Metal-Free Diastereo- and Enantioselective Dearomative Formal [3 + 2] Cycloaddition of 2-Nitrobenzofurans and Isocyanoacetate Esters.

The diastereo- and enantioselective dearomative formal [3 + 2] cycloaddition of 2-nitrobenzofurans and α-aryl-α-isocyanoacetate esters provides tricyclic compounds bearing the 3a,8b-dihydro-1H-benzofuro[2,3-c]pyrrole framework with three consecutive stereogenic centers. The reaction was enabled by a cupreine-ether organocatalyst. The reaction products were obtained with almost full diastereoselectivity and with excellent enantiomeric excesses for a number of substituted 2-nitrobenzofurans and isocyanoacetates.
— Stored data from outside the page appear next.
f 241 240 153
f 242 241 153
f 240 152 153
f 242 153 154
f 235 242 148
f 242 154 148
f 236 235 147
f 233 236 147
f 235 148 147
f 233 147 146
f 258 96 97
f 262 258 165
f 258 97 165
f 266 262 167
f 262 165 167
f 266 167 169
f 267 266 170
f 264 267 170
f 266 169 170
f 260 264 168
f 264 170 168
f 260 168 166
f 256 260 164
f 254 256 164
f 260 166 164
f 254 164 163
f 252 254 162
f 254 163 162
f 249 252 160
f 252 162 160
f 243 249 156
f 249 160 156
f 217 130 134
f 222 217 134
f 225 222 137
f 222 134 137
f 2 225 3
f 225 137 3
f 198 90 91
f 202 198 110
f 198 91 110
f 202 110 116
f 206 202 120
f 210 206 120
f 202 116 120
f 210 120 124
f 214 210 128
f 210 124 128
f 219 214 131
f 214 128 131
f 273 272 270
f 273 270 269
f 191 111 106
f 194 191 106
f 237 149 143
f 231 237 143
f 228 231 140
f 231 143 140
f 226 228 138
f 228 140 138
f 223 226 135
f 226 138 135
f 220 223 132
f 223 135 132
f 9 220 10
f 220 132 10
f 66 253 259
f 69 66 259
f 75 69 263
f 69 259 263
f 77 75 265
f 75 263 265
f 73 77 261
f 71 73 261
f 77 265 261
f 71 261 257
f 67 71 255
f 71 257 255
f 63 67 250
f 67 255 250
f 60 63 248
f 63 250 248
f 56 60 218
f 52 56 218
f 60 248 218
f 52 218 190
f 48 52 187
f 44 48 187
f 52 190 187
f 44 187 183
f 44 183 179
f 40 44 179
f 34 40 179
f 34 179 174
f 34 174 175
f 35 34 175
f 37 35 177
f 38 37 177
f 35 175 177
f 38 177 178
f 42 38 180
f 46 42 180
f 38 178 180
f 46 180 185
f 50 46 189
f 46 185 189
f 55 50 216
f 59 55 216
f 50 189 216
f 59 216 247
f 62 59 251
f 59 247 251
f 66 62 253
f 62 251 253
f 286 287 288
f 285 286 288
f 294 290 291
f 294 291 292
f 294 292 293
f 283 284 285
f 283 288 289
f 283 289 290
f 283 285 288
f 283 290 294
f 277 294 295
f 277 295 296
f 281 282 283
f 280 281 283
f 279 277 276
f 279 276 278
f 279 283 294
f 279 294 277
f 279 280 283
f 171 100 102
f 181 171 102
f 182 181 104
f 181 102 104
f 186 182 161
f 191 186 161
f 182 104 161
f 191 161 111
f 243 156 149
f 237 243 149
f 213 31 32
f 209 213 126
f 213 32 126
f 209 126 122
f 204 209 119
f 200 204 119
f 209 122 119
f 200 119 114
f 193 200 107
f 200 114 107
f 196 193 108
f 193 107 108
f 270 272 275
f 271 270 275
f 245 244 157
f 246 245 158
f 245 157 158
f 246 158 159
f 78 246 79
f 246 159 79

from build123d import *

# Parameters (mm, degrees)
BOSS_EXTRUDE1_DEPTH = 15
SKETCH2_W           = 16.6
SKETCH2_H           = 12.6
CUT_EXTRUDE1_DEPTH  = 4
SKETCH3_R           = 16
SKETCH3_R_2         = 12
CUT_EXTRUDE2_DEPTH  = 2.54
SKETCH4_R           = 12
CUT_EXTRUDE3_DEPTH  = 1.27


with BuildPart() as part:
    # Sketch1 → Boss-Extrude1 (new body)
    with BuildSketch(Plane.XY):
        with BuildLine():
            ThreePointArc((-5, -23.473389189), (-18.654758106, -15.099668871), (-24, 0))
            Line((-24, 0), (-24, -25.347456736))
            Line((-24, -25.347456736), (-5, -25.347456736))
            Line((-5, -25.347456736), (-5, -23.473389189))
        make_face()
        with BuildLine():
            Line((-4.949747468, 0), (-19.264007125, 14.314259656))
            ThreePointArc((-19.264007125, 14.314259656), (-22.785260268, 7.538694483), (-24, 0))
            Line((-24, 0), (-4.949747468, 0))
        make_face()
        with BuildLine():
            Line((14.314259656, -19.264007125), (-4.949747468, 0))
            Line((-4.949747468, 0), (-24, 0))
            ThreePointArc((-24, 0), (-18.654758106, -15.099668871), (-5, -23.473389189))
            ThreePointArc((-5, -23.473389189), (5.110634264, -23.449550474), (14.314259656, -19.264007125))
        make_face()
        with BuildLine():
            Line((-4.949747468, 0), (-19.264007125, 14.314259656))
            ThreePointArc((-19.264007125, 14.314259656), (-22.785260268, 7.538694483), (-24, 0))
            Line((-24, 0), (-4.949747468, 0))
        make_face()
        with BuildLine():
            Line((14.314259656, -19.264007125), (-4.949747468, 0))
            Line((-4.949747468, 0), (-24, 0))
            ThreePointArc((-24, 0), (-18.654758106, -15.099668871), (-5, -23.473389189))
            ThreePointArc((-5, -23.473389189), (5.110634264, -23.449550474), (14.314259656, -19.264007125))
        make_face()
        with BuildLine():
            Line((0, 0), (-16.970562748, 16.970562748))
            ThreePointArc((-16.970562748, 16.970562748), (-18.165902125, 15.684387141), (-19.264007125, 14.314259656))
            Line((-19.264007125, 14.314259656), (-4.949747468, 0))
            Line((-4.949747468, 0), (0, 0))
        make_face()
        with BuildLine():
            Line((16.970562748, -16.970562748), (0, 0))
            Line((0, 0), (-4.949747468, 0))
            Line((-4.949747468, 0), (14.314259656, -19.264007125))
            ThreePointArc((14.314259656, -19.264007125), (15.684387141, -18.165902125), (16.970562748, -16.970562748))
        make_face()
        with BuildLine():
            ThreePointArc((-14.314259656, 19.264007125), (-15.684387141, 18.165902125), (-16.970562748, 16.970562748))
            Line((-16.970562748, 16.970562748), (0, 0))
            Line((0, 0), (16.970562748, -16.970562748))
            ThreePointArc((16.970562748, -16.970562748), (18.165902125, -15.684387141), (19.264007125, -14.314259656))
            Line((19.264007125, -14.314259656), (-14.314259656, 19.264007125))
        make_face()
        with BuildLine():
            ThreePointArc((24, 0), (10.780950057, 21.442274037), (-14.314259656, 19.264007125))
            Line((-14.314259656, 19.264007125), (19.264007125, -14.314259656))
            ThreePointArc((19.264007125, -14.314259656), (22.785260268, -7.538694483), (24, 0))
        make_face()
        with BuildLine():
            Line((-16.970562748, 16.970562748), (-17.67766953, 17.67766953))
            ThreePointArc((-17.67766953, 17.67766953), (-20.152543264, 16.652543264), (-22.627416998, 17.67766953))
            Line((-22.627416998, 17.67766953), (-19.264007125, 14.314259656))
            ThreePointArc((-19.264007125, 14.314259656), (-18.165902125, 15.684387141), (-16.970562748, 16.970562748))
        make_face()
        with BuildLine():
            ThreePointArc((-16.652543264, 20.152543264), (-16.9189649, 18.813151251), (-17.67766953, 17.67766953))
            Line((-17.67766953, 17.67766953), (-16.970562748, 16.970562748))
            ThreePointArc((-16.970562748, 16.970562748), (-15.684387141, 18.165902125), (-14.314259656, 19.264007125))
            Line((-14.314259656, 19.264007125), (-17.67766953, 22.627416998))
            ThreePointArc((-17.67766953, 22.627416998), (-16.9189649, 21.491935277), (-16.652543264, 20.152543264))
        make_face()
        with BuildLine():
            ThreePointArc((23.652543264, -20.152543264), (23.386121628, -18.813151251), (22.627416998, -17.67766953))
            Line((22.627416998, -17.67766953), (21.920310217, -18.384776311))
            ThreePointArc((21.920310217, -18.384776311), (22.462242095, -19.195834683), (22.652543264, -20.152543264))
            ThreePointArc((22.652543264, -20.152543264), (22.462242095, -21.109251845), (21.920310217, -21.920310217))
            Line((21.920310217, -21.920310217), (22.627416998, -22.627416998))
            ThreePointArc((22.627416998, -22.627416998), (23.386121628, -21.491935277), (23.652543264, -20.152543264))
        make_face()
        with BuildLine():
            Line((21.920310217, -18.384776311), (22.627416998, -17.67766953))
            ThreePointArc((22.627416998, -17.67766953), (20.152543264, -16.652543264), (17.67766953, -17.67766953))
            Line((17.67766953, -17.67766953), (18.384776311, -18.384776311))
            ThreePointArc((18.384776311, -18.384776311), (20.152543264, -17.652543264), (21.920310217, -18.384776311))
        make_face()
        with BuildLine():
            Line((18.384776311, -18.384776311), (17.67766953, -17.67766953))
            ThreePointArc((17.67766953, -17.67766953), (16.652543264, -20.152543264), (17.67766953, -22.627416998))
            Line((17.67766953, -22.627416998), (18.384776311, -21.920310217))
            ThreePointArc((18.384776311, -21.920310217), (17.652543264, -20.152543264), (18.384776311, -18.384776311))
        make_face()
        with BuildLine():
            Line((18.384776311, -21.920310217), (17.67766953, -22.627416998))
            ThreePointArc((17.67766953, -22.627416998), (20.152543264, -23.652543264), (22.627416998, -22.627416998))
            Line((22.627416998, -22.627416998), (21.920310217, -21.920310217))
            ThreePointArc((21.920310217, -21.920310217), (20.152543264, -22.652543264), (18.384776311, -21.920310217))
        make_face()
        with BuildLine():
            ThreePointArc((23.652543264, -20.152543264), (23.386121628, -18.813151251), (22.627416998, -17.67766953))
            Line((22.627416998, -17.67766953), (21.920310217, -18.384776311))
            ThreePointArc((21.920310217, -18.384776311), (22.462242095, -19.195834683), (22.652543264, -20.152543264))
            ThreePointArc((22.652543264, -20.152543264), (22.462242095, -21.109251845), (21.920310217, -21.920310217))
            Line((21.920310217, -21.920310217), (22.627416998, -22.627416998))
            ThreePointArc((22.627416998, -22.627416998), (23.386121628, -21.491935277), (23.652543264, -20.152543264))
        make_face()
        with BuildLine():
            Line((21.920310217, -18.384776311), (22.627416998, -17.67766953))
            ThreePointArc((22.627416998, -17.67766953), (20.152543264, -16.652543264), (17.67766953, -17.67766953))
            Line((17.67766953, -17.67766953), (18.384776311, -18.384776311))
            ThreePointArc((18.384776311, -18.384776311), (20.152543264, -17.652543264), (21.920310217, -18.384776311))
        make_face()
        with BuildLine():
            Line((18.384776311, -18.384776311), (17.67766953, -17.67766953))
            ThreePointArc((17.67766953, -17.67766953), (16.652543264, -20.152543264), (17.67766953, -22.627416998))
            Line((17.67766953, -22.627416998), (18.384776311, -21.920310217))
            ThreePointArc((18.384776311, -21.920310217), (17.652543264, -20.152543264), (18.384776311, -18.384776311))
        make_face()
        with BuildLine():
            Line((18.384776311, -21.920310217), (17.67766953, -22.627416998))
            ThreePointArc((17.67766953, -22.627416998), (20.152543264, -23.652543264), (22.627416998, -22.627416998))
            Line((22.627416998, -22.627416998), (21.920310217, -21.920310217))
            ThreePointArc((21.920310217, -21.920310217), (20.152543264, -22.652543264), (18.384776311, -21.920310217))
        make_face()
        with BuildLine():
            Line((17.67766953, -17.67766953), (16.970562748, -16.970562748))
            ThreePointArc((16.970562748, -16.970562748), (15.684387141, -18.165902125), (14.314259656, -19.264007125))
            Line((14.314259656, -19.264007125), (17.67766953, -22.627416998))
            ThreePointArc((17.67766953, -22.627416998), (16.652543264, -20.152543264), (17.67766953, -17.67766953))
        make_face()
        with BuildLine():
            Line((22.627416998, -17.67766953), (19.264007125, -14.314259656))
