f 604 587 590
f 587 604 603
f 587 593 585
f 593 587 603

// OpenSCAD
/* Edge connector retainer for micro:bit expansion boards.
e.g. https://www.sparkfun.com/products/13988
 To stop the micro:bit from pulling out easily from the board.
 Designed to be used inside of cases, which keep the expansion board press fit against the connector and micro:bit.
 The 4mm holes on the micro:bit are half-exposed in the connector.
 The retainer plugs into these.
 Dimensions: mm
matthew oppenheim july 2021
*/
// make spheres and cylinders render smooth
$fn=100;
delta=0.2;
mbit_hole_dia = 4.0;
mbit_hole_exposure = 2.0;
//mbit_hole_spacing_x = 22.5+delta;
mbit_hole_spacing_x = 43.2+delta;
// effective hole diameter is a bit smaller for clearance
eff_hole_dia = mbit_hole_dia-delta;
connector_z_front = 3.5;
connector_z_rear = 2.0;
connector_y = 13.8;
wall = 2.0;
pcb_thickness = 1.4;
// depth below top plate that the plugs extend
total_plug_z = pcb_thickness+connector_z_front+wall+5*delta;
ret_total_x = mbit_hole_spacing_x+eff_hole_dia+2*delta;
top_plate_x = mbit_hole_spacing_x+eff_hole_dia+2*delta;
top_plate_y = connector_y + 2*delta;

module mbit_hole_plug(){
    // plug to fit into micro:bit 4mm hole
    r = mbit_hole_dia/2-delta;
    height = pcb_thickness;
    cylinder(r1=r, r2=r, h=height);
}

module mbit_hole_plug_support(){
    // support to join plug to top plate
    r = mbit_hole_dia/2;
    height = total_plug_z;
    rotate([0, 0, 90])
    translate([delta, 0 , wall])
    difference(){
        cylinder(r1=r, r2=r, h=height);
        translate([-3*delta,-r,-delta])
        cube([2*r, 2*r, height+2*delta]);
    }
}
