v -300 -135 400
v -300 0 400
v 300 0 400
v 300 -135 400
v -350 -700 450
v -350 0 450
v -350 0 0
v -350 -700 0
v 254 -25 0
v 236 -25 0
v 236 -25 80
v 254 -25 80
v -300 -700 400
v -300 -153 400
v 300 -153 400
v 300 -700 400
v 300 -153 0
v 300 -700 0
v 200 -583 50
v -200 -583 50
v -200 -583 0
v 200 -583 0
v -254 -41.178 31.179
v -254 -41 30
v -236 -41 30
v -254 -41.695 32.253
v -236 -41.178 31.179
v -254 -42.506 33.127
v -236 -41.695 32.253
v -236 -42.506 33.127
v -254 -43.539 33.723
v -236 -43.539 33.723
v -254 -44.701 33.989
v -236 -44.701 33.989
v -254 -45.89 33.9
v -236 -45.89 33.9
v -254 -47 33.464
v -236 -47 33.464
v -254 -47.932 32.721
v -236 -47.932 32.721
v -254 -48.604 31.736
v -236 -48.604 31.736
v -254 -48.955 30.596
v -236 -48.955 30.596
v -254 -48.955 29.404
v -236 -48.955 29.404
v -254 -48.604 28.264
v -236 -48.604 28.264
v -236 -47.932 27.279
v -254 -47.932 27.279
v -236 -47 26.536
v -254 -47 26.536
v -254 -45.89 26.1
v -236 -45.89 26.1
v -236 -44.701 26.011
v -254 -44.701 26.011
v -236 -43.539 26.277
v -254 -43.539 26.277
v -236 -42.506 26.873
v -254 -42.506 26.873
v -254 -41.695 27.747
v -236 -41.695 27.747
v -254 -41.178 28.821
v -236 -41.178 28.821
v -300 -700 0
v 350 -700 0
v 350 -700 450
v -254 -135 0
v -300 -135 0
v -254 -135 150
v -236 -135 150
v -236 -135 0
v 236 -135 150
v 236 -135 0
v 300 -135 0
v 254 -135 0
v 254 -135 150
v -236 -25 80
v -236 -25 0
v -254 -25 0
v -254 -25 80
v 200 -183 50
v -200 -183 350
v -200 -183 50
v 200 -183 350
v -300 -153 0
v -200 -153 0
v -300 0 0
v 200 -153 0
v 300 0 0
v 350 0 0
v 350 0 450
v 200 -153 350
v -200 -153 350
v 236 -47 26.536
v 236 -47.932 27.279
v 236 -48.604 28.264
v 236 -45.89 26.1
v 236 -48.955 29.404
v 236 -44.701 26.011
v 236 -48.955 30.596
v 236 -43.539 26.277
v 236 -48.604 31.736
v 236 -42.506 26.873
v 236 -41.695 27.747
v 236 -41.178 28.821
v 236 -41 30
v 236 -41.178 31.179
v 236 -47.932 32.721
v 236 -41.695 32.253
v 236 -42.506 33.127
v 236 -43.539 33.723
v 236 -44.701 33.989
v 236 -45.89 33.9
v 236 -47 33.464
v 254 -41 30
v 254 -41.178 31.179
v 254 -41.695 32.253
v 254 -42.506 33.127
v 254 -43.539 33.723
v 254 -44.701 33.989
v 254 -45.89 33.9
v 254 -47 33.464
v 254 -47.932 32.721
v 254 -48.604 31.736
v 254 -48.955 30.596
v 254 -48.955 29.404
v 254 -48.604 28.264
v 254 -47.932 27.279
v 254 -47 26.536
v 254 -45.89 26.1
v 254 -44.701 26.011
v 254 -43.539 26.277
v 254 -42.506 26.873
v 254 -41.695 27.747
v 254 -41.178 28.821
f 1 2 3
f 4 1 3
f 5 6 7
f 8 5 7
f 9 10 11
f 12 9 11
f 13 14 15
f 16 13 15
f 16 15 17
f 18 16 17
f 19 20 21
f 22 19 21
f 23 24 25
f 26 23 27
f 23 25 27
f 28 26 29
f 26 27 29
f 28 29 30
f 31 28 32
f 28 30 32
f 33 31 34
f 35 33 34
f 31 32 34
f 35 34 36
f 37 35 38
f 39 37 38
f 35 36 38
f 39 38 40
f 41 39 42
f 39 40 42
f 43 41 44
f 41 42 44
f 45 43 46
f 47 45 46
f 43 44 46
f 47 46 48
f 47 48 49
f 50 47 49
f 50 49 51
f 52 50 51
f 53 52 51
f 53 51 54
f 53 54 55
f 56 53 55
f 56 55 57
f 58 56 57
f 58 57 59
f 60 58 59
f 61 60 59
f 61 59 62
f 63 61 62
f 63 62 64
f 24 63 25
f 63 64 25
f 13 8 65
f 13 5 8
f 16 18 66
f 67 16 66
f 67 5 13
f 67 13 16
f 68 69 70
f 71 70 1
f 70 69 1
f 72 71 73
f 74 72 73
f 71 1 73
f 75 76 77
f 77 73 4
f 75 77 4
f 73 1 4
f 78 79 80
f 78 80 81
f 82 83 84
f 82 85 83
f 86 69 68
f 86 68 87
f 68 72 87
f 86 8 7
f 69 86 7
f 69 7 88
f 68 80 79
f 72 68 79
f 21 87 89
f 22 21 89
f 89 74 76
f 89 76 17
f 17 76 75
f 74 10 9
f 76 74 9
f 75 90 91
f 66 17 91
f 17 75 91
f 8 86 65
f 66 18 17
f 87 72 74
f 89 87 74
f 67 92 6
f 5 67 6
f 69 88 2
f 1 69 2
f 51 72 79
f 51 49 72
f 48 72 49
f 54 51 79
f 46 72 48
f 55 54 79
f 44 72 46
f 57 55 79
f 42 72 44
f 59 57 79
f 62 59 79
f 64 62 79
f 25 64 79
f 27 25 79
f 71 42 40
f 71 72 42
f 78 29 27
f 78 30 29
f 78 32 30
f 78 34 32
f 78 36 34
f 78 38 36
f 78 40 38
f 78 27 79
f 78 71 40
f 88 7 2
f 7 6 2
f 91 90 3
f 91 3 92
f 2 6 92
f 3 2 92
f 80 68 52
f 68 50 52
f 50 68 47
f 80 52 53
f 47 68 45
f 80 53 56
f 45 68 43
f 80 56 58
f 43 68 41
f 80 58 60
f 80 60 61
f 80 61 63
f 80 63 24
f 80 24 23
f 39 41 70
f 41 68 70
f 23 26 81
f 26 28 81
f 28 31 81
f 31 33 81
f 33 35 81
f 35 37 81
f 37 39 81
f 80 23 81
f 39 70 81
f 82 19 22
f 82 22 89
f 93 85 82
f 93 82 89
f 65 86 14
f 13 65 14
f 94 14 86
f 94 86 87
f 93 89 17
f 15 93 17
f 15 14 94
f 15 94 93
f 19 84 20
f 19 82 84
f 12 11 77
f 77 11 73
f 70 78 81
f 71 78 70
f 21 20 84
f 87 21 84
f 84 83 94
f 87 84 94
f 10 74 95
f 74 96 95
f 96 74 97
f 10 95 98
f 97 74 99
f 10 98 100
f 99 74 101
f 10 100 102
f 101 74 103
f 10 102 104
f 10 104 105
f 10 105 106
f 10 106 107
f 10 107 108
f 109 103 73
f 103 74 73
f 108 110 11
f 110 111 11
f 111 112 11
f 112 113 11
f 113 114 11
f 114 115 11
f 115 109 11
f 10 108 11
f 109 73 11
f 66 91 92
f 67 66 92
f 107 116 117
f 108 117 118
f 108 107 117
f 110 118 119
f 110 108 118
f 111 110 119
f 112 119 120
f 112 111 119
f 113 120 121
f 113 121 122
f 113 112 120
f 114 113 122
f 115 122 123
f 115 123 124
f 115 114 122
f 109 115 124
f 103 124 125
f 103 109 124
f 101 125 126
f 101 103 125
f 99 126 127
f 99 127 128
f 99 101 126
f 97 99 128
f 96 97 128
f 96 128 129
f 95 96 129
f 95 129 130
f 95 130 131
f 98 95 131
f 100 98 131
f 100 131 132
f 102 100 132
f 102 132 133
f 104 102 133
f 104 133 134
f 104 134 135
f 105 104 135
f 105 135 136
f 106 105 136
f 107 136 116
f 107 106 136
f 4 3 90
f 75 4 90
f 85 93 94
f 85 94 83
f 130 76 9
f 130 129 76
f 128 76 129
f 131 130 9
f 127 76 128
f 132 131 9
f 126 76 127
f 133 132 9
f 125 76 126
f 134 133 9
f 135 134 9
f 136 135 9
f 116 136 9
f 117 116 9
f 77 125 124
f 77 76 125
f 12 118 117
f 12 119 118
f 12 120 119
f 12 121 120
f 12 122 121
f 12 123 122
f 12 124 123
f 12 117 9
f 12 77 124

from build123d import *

# Parameters (mm, degrees)
F1_DEPTH = 700
F2_W     = 600
F2_H     = 18
F3_DEPTH = 400
F6_START = 236
F5_R     = 4
F6_DEPTH = 18
F8_DEPTH = 200


# Not quite as in the source:
# - a pattern or mirror of a feature is missing from the dataset's text; its kind, count and spacing are read off the source's solid


with BuildPart() as f1:
    # F0 (on Front) → F1 (new body)
    with BuildSketch(Plane.XZ):
        Polygon((-350, 0), (-300, 0), (-300, 400), (300, 400), (300, 0), (350, 0), (350, 450), (-350, 450), align=None)
    extrude(amount=F1_DEPTH)

    # F2 (on face) → F3 (join)
    with BuildSketch(Plane(origin=(0, 0, 400), x_dir=(1, 0, 0), z_dir=(0, 0, -1))):
        with Locations((0, 144)):
            Rectangle(F2_W, F2_H)
    extrude(amount=F3_DEPTH)

    # F5 (on Right) → F6 (join)
    with BuildSketch(Plane.YZ.offset(F6_START)):
        Polygon((-135, 150), (-135, 0), (-25, 0), (-25, 80), align=None)
        with Locations((-45, 30)):
            Circle(F5_R, mode=Mode.SUBTRACT)
    f6 = extrude(amount=F6_DEPTH)

    # F6_copies: F6 across plane
    add(f6.mirror(Plane(origin=(0, 0, 0), x_dir=(0, 0, -1), z_dir=(-1, 0, 0))))

    # F7 (on Right) → F8 (join, symmetric)
    with BuildSketch(Plane.YZ):
        Polygon((-583, 50), (-583, 0), (-153, 0), (-153, 350), (-183, 350), (-183, 50), align=None)
    extrude(amount=F8_DEPTH, both=True)


solid = f1.part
The asymmetric dearomatization of arenes and heteroarenes has become a powerful tool for accessing chiral structures from simple, easily available planar scaffolds.[1] Many of these reactions involve electron-poor aromatic aza-heterocycles such as pyridines, pyrimidines, and their benzo-fused analogues as an approach toward the synthesis of chiral six-membered nonaromatic aza-heterocycles.[2] Dearomatization of these compounds usually involves the participation of species with a positive nitrogen that are obtained through either protonation or N-alkylation. In contrast, the asymmetric dearomatization of five-membered heterocycles normally has exploited the nucleophilic character of these electron-rich heterocycles. Nevertheless, installing proper electron-withdrawing substituents on the heteroarenes can reverse them into electron-deficient compounds, thus serving as electrophiles for Umpolung-like reactions.[3]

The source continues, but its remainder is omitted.